**Goal of the exercise**
Reproduce only the lines of the material below that start at the line containing "f 220 188 189" and stop at the line containing "f 174 206 205". Keep both end lines.

************

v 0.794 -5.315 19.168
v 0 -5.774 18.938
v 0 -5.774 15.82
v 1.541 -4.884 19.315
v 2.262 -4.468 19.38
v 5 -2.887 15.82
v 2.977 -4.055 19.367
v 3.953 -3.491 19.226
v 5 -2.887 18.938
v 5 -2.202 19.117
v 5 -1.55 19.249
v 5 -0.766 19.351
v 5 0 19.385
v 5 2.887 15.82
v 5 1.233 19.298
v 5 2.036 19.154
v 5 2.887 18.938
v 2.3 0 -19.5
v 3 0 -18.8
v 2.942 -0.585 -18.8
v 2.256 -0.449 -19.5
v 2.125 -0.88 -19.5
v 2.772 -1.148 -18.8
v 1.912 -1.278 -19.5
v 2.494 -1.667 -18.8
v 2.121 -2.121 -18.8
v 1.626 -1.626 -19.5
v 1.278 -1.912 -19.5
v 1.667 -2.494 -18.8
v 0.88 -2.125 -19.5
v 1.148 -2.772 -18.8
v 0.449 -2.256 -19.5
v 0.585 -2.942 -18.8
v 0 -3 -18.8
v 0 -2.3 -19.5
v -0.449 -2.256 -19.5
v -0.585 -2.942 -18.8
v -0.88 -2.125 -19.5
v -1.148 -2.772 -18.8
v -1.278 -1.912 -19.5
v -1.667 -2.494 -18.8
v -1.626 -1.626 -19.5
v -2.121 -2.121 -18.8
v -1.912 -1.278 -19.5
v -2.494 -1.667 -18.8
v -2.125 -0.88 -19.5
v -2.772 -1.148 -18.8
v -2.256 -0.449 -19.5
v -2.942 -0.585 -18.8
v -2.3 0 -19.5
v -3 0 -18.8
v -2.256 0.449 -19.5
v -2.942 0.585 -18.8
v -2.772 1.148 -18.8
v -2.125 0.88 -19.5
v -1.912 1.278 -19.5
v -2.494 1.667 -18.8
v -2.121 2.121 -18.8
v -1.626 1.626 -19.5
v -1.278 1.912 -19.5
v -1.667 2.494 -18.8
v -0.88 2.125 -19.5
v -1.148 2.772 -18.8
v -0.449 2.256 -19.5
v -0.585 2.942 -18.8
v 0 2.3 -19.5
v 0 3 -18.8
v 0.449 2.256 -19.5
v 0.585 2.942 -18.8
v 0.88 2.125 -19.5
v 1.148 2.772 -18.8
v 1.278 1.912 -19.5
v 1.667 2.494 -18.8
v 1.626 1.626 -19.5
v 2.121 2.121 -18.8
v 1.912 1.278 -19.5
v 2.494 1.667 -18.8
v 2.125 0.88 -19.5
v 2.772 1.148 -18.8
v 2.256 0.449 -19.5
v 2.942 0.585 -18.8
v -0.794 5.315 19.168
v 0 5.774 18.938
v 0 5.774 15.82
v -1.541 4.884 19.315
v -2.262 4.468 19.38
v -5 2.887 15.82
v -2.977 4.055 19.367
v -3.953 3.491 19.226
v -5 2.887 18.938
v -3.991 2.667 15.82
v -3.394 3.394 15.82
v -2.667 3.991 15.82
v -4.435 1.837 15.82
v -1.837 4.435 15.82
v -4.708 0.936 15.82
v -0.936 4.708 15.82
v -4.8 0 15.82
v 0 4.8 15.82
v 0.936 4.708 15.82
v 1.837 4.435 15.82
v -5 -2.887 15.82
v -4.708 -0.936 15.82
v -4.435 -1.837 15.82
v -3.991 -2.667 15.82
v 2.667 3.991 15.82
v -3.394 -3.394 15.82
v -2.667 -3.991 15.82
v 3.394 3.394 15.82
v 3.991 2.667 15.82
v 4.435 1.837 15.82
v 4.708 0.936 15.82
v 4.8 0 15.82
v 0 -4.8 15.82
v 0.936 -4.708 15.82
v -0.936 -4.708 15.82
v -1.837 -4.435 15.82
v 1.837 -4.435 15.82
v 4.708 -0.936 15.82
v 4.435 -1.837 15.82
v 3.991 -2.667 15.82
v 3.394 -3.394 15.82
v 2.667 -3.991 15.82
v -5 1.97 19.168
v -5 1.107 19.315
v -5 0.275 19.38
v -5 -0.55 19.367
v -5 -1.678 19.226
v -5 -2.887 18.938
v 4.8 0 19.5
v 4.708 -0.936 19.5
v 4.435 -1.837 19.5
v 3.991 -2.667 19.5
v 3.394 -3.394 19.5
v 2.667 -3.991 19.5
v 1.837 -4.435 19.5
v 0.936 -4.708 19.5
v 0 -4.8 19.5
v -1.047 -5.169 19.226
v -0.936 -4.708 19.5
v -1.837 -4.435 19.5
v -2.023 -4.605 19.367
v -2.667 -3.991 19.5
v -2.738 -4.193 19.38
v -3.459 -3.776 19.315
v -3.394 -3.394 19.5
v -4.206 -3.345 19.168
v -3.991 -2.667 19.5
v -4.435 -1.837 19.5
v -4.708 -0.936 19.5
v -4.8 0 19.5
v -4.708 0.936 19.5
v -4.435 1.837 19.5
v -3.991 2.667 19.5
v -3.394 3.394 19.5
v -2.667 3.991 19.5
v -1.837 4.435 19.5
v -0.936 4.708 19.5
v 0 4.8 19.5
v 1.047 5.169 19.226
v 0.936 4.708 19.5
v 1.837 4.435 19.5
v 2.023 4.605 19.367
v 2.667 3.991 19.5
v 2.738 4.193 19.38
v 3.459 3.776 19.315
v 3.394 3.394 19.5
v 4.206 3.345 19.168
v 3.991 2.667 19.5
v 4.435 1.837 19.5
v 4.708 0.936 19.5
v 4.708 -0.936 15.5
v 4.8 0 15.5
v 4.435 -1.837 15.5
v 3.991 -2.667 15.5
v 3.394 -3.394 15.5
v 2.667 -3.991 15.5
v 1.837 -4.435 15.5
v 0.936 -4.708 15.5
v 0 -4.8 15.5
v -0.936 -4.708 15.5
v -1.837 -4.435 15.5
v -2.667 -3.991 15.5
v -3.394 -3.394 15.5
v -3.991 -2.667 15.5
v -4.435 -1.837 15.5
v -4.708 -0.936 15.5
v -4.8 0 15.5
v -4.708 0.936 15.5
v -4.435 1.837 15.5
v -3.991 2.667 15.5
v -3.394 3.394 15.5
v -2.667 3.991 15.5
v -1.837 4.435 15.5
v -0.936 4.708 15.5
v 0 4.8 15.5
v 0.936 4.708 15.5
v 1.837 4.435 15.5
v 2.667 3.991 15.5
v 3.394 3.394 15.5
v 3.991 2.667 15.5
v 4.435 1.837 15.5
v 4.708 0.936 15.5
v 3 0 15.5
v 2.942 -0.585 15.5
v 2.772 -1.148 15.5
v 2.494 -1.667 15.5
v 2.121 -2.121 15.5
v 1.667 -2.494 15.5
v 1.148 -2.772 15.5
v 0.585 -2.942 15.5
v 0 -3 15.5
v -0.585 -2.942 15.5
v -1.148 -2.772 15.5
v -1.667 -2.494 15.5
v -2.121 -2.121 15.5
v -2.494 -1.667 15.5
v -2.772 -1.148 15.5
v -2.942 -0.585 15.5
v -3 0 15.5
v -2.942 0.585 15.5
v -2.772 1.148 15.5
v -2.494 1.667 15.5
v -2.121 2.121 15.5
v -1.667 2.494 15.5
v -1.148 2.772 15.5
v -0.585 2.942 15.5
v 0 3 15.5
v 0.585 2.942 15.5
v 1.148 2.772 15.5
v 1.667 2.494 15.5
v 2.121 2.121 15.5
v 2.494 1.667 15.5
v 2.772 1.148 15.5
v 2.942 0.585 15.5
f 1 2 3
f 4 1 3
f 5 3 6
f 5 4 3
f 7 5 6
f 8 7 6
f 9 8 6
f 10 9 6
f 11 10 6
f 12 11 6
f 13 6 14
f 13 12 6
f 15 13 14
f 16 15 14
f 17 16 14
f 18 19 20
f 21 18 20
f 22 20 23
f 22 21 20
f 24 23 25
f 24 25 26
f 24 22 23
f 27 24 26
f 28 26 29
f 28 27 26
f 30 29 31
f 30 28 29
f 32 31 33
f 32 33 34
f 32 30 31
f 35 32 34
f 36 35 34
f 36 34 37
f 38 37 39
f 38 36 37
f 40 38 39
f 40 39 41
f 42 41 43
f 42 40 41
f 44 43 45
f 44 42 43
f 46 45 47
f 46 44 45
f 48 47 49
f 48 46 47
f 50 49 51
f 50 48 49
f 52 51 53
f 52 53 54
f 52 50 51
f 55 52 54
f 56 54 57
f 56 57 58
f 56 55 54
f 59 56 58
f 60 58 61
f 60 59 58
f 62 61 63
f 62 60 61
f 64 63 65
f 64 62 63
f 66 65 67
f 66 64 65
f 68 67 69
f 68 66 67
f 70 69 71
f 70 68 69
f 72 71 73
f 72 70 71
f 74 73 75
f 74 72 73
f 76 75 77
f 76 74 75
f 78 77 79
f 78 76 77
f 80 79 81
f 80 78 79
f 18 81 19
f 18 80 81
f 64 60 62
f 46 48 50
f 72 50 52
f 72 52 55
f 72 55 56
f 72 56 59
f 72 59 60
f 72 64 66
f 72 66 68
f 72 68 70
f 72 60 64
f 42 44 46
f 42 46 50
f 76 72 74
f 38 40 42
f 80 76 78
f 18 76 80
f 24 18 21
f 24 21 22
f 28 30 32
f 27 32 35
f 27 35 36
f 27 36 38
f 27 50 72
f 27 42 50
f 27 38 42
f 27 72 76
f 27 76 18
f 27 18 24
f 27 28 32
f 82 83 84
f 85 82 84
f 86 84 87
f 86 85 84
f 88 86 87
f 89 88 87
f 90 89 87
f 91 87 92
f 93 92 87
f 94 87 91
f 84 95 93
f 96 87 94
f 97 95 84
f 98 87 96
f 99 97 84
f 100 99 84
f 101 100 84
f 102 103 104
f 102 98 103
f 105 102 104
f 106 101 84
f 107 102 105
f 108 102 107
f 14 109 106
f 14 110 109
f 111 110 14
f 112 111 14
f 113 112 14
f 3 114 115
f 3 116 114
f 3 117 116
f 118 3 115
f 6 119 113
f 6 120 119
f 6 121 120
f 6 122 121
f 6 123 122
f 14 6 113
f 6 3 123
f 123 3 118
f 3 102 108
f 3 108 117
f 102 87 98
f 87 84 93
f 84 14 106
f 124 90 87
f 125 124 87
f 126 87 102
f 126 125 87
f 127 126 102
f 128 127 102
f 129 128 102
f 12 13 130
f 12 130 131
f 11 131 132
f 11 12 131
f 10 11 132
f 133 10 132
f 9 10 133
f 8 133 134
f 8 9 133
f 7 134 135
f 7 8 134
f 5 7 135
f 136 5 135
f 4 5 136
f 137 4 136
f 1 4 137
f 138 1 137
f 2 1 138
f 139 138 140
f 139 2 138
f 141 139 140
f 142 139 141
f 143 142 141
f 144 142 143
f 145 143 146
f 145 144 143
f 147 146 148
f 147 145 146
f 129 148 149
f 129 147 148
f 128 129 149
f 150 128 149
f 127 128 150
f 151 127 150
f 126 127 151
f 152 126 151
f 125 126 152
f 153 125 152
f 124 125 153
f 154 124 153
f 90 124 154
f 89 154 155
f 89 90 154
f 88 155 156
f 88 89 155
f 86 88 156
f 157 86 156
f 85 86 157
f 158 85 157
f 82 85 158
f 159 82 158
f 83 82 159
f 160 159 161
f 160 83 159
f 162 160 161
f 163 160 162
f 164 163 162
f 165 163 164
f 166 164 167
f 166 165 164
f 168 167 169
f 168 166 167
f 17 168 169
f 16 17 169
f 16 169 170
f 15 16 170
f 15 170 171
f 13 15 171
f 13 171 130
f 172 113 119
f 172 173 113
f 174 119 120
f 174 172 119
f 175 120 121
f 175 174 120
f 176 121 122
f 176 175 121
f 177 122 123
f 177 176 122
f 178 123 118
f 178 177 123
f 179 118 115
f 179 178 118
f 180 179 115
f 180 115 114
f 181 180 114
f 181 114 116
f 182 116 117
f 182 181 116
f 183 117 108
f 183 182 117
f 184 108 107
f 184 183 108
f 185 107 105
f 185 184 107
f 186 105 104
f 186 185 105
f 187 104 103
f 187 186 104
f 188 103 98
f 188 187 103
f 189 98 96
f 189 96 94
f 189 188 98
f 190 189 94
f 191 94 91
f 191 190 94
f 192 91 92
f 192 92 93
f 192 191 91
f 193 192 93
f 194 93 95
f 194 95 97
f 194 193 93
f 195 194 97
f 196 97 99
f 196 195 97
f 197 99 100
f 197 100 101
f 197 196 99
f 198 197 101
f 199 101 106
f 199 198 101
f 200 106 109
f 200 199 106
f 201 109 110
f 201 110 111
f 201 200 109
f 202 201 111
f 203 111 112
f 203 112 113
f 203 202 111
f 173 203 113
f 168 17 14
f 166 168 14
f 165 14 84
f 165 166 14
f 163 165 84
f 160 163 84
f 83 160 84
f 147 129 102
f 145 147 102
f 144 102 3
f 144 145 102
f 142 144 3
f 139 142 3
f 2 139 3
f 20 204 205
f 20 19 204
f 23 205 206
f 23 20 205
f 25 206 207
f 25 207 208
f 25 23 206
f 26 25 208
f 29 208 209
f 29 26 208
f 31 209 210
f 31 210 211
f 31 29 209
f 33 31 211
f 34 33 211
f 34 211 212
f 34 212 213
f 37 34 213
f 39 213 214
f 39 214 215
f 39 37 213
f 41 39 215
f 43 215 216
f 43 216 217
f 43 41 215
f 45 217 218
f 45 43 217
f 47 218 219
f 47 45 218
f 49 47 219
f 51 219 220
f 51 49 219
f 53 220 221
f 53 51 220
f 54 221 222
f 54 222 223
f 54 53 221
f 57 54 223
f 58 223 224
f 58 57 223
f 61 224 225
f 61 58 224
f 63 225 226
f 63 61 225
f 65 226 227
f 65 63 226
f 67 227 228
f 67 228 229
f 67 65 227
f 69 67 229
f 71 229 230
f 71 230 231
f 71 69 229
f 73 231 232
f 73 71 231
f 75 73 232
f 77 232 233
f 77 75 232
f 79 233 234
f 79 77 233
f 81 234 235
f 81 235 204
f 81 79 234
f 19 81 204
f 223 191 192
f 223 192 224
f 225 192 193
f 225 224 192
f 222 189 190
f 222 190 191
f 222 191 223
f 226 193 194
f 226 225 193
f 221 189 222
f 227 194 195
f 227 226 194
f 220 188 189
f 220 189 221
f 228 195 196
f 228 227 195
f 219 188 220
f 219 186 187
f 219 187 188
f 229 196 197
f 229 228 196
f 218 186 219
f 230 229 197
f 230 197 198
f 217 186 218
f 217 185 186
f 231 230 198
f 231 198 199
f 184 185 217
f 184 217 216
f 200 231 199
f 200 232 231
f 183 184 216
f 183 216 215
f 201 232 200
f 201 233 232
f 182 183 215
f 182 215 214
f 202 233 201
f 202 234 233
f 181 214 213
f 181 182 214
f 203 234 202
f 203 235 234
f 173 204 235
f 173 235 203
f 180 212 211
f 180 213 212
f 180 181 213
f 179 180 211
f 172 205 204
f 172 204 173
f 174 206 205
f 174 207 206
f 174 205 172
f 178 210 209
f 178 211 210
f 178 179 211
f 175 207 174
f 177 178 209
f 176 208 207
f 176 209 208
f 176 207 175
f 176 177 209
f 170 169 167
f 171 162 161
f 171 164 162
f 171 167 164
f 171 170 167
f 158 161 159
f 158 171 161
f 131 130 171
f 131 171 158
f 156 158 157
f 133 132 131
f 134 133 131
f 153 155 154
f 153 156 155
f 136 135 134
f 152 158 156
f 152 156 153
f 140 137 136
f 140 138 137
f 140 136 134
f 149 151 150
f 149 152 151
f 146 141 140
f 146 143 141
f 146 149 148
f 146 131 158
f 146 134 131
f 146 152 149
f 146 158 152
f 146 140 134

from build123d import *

# Parameters (mm, degrees)
SKETCH4_OUTSIDE_W  = 22.004
SKETCH4_OUTSIDE_H  = 22.004
CUT_EXTRUDE1_DEPTH = 40.845535091


with BuildPart() as part:
    # Sketch3 → Revolve1 (revolve)
    with BuildSketch(Plane(origin=(0, 0, 0), x_dir=(0, 0, -1), z_dir=(1, 0, 0))):
        Polygon((-19.5, 0), (-19.5, 4.8), (-18.937947959, 5.773502692), (-15.82, 5.773502692), (-15.82, 4.8), (-15.5, 4.8), (-15.5, 3), (18.8, 3), (19.5, 2.3), (19.5, 0), align=None)
    revolve(axis=Axis((0, 0, 19.5), (0, 0, -1)))

    # Sketch4 outside → Cut-Extrude1 (cut, through all)
    with BuildSketch(Plane.XY.offset(19.5)):
        Rectangle(SKETCH4_OUTSIDE_W, SKETCH4_OUTSIDE_H)
        Polygon((5, 2.886751346), (0, 5.773502692), (-5, 2.886751346), (-5, -2.886751346), (0, -5.773502692), (5, -2.886751346), align=None, mode=Mode.SUBTRACT)
    extrude(amount=-CUT_EXTRUDE1_DEPTH, mode=Mode.SUBTRACT)


solid = part.part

************

**Result below**
f 220 188 189
f 220 189 221
f 228 195 196
f 228 227 195
f 219 188 220
f 219 186 187
f 219 187 188
f 229 196 197
f 229 228 196
f 218 186 219
f 230 229 197
f 230 197 198
f 217 186 218
f 217 185 186
f 231 230 198
f 231 198 199
f 184 185 217
f 184 217 216
f 200 231 199
f 200 232 231
f 183 184 216
f 183 216 215
f 201 232 200
f 201 233 232
f 182 183 215
f 182 215 214
f 202 233 201
f 202 234 233
f 181 214 213
f 181 182 214
f 203 234 202
f 203 235 234
f 173 204 235
f 173 235 203
f 180 212 211
f 180 213 212
f 180 181 213
f 179 180 211
f 172 205 204
f 172 204 173
f 174 206 205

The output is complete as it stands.